***** Dataset content *****

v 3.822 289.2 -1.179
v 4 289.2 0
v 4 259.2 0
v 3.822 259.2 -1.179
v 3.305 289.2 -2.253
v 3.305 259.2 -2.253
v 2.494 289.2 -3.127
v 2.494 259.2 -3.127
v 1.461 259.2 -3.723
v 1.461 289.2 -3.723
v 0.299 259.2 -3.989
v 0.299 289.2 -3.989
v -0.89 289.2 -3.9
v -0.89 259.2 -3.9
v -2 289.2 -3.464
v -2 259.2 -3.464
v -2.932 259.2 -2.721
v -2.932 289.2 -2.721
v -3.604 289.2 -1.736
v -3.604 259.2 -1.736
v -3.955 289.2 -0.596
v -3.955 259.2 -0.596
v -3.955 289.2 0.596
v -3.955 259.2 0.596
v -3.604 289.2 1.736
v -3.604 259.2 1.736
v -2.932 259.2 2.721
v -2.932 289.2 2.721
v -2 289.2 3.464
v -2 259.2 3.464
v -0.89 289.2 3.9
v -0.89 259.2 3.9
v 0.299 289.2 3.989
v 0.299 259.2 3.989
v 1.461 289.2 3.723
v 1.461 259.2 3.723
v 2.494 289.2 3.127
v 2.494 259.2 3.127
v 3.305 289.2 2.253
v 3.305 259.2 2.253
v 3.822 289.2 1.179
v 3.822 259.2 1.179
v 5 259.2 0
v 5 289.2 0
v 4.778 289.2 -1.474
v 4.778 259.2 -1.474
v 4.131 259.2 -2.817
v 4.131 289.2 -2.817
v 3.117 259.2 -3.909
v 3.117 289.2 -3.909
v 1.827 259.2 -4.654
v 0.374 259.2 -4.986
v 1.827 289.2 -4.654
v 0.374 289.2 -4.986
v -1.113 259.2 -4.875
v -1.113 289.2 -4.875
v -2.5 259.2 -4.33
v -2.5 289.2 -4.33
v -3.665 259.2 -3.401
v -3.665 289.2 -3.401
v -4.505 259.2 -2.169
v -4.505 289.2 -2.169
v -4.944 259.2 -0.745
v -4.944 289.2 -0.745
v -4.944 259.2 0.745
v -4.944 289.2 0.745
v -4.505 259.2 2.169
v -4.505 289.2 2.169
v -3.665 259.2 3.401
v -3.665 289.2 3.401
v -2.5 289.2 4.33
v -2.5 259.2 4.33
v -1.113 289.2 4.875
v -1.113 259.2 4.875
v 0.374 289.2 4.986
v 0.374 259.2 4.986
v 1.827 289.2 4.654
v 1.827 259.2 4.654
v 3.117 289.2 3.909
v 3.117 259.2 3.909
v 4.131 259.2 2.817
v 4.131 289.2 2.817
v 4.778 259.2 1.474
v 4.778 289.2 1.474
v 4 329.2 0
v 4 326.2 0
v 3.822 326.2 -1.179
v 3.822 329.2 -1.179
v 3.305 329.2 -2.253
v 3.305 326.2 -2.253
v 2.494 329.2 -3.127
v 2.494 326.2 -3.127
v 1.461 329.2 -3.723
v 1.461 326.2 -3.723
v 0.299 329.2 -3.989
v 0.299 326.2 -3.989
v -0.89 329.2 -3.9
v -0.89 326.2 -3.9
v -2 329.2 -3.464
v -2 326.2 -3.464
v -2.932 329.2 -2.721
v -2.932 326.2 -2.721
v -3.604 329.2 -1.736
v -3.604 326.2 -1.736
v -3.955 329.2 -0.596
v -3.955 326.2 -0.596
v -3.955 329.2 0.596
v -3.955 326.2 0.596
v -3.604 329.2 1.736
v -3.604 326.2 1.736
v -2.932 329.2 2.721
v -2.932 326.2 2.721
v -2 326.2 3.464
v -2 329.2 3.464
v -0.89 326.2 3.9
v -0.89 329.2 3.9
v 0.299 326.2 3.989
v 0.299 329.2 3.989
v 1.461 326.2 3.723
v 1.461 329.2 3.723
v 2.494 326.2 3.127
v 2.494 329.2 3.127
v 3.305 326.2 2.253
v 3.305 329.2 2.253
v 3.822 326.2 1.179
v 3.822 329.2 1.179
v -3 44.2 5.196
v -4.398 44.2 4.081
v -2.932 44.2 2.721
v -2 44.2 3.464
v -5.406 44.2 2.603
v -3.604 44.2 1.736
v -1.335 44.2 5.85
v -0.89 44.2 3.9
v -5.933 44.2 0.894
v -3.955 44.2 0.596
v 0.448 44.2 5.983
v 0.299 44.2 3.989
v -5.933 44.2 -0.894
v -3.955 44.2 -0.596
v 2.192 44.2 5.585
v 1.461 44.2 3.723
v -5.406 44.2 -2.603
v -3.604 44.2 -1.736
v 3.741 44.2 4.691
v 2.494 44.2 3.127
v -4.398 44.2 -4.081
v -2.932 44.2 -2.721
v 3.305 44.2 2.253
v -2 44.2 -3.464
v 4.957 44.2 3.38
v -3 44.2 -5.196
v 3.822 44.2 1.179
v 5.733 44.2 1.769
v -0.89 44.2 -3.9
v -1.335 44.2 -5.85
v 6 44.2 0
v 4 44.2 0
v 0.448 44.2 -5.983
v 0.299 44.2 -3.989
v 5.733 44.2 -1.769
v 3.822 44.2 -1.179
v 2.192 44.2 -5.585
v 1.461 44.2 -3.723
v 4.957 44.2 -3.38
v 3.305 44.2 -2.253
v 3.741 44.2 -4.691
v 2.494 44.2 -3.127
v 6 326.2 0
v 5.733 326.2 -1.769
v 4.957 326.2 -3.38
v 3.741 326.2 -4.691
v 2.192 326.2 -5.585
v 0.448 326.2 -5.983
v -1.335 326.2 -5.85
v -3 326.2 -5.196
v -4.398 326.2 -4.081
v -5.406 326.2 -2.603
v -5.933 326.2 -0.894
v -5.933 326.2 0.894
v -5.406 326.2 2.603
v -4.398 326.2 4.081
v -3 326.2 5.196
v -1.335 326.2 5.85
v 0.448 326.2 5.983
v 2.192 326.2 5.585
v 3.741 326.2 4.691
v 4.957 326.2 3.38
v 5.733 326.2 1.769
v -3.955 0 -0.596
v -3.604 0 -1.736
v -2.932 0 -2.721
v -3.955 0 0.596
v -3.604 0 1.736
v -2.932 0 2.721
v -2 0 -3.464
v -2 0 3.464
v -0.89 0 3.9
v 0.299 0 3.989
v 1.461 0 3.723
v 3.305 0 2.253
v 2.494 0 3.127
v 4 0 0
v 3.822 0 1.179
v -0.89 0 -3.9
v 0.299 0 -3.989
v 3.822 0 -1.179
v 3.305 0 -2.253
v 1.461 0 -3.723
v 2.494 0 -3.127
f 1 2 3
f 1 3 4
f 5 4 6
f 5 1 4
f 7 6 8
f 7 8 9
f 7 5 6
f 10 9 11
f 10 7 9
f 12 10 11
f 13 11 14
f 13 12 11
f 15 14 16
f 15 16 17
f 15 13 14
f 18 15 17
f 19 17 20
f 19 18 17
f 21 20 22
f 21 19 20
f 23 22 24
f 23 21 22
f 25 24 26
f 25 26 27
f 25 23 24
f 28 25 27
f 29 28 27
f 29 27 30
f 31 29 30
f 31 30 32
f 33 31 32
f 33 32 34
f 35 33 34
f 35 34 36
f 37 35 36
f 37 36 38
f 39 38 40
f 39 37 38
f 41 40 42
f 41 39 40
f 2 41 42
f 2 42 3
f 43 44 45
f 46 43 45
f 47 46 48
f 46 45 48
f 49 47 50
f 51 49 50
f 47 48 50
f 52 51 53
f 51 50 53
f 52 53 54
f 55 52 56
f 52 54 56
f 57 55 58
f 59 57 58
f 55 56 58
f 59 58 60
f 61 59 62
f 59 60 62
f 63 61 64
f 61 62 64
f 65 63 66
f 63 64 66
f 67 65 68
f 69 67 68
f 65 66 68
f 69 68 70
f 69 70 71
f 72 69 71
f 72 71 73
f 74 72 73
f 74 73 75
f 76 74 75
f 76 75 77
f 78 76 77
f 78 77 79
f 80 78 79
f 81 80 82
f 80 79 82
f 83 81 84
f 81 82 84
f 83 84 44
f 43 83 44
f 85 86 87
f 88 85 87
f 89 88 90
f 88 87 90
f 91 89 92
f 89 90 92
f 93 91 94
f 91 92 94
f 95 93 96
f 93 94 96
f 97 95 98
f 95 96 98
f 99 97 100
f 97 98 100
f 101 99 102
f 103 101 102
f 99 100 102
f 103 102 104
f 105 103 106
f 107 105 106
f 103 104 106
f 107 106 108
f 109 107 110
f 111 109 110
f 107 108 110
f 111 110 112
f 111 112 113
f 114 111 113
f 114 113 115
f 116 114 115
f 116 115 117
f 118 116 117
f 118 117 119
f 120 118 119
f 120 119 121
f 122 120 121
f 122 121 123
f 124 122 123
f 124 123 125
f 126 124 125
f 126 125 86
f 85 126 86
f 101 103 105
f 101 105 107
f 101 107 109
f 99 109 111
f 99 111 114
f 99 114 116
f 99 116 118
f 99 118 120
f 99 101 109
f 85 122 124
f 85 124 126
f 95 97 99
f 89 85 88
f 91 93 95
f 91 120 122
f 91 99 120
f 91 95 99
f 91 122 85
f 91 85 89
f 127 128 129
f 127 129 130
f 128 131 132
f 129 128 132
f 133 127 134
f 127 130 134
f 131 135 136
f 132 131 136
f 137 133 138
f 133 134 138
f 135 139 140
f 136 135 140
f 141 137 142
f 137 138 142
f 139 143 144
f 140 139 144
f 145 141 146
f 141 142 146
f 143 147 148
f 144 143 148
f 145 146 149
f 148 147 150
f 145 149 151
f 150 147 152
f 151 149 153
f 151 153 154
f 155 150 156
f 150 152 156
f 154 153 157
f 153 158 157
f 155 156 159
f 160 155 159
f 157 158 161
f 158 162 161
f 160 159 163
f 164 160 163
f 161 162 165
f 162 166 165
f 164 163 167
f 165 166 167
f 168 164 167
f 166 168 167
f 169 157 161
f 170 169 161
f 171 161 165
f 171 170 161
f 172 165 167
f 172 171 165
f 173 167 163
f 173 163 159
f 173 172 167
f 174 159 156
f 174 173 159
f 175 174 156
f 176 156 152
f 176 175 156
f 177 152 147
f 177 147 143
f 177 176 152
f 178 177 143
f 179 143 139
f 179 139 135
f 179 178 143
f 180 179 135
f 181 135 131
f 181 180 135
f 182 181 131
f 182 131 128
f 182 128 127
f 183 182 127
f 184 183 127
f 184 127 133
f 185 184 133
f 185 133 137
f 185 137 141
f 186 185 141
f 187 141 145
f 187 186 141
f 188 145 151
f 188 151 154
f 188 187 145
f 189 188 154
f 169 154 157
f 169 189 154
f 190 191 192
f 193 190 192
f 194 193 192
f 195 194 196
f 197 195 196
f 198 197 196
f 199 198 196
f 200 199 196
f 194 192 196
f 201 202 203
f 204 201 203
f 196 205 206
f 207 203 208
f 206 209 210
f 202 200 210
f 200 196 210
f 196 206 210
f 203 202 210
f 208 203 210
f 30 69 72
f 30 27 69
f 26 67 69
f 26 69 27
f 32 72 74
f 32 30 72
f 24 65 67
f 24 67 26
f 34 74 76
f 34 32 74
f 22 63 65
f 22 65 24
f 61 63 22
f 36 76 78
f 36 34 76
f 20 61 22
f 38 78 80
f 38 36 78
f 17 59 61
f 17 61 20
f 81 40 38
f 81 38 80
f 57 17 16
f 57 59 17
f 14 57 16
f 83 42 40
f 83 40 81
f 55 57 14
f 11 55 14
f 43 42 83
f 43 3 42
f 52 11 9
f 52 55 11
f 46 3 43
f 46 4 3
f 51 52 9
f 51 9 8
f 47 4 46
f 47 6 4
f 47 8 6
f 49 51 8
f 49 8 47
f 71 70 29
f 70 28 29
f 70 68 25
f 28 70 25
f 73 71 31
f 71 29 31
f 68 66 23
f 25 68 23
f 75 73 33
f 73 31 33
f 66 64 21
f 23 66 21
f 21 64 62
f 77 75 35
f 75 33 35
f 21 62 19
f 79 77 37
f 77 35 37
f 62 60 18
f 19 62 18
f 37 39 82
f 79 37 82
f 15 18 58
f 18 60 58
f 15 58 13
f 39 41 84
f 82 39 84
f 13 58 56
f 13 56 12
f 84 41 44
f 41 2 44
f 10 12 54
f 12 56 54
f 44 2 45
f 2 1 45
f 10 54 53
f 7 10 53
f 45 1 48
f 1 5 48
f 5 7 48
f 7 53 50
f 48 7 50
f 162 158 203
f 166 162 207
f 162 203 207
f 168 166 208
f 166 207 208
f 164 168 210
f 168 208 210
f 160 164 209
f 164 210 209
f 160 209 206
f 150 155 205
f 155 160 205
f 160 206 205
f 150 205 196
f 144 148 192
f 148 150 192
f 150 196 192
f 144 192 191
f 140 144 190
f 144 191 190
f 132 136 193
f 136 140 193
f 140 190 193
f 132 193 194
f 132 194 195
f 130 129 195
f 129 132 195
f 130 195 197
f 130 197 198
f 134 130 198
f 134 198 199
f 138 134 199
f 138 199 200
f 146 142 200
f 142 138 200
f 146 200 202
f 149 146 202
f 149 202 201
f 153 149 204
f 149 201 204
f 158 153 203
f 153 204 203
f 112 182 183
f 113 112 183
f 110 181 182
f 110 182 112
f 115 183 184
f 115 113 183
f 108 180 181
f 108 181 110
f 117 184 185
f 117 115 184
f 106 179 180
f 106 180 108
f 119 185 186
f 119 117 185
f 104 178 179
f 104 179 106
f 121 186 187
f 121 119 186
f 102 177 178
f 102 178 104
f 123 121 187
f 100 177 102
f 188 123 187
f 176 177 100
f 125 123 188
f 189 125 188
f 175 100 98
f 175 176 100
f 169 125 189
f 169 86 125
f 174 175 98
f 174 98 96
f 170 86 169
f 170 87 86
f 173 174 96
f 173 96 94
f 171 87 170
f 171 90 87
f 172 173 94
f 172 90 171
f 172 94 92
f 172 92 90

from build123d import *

# Parameters (mm, degrees)
SKETCH1_R           = 4
BOSS_EXTRUDE1_DEPTH = 329.2
SKETCH2_R           = 6
BOSS_EXTRUDE2_DEPTH = 282
SKETCH4_R           = 5
SKETCH4_R_2         = 4
CUT_EXTRUDE1_DEPTH  = 30


with BuildPart() as part:
    # Sketch1 → Boss-Extrude1 (new body)
    with BuildSketch(Plane(origin=(0, 0, 0), x_dir=(1, 0, 0), z_dir=(0, 1, 0))):
        Circle(SKETCH1_R)
    extrude(amount=BOSS_EXTRUDE1_DEPTH)

    # Sketch2 → Boss-Extrude2 (add)
    with BuildSketch(Plane(origin=(0, 326.2, 0), x_dir=(1, 0, 0), z_dir=(0, 1, 0))):
        Circle(SKETCH2_R)
    extrude(amount=-BOSS_EXTRUDE2_DEPTH)

    # Sketch4 → Cut-Extrude1 (cut)
    with BuildSketch(Plane(origin=(0, 289.2, 0), x_dir=(1, 0, 0), z_dir=(0, 1, 0))):
        Circle(SKETCH4_R)
        Circle(SKETCH4_R_2, mode=Mode.SUBTRACT)
    extrude(amount=-CUT_EXTRUDE1_DEPTH, mode=Mode.SUBTRACT)


solid = part.part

*****

§ **Aim of the exercise**
Go through the listing above and write out exactly the lines starting with the one holding "f 138 134 199" and running through the one holding "f 172 92 90", ends included, and no others.

§ **Response box**
f 138 134 199
f 138 199 200
f 146 142 200
f 142 138 200
f 146 200 202
f 149 146 202
f 149 202 201
f 153 149 204
f 149 201 204
f 158 153 203
f 153 204 203
f 112 182 183
f 113 112 183
f 110 181 182
f 110 182 112
f 115 183 184
f 115 113 183
f 108 180 181
f 108 181 110
f 117 184 185
f 117 115 184
f 106 179 180
f 106 180 108
f 119 185 186
f 119 117 185
f 104 178 179
f 104 179 106
f 121 186 187
f 121 119 186
f 102 177 178
f 102 178 104
f 123 121 187
f 100 177 102
f 188 123 187
f 176 177 100
f 125 123 188
f 189 125 188
f 175 100 98
f 175 176 100
f 169 125 189
f 169 86 125
f 174 175 98
f 174 98 96
f 170 86 169
f 170 87 86
f 173 174 96
f 173 96 94
f 171 87 170
f 171 90 87
f 172 173 94
f 172 90 171
f 172 94 92
f 172 92 90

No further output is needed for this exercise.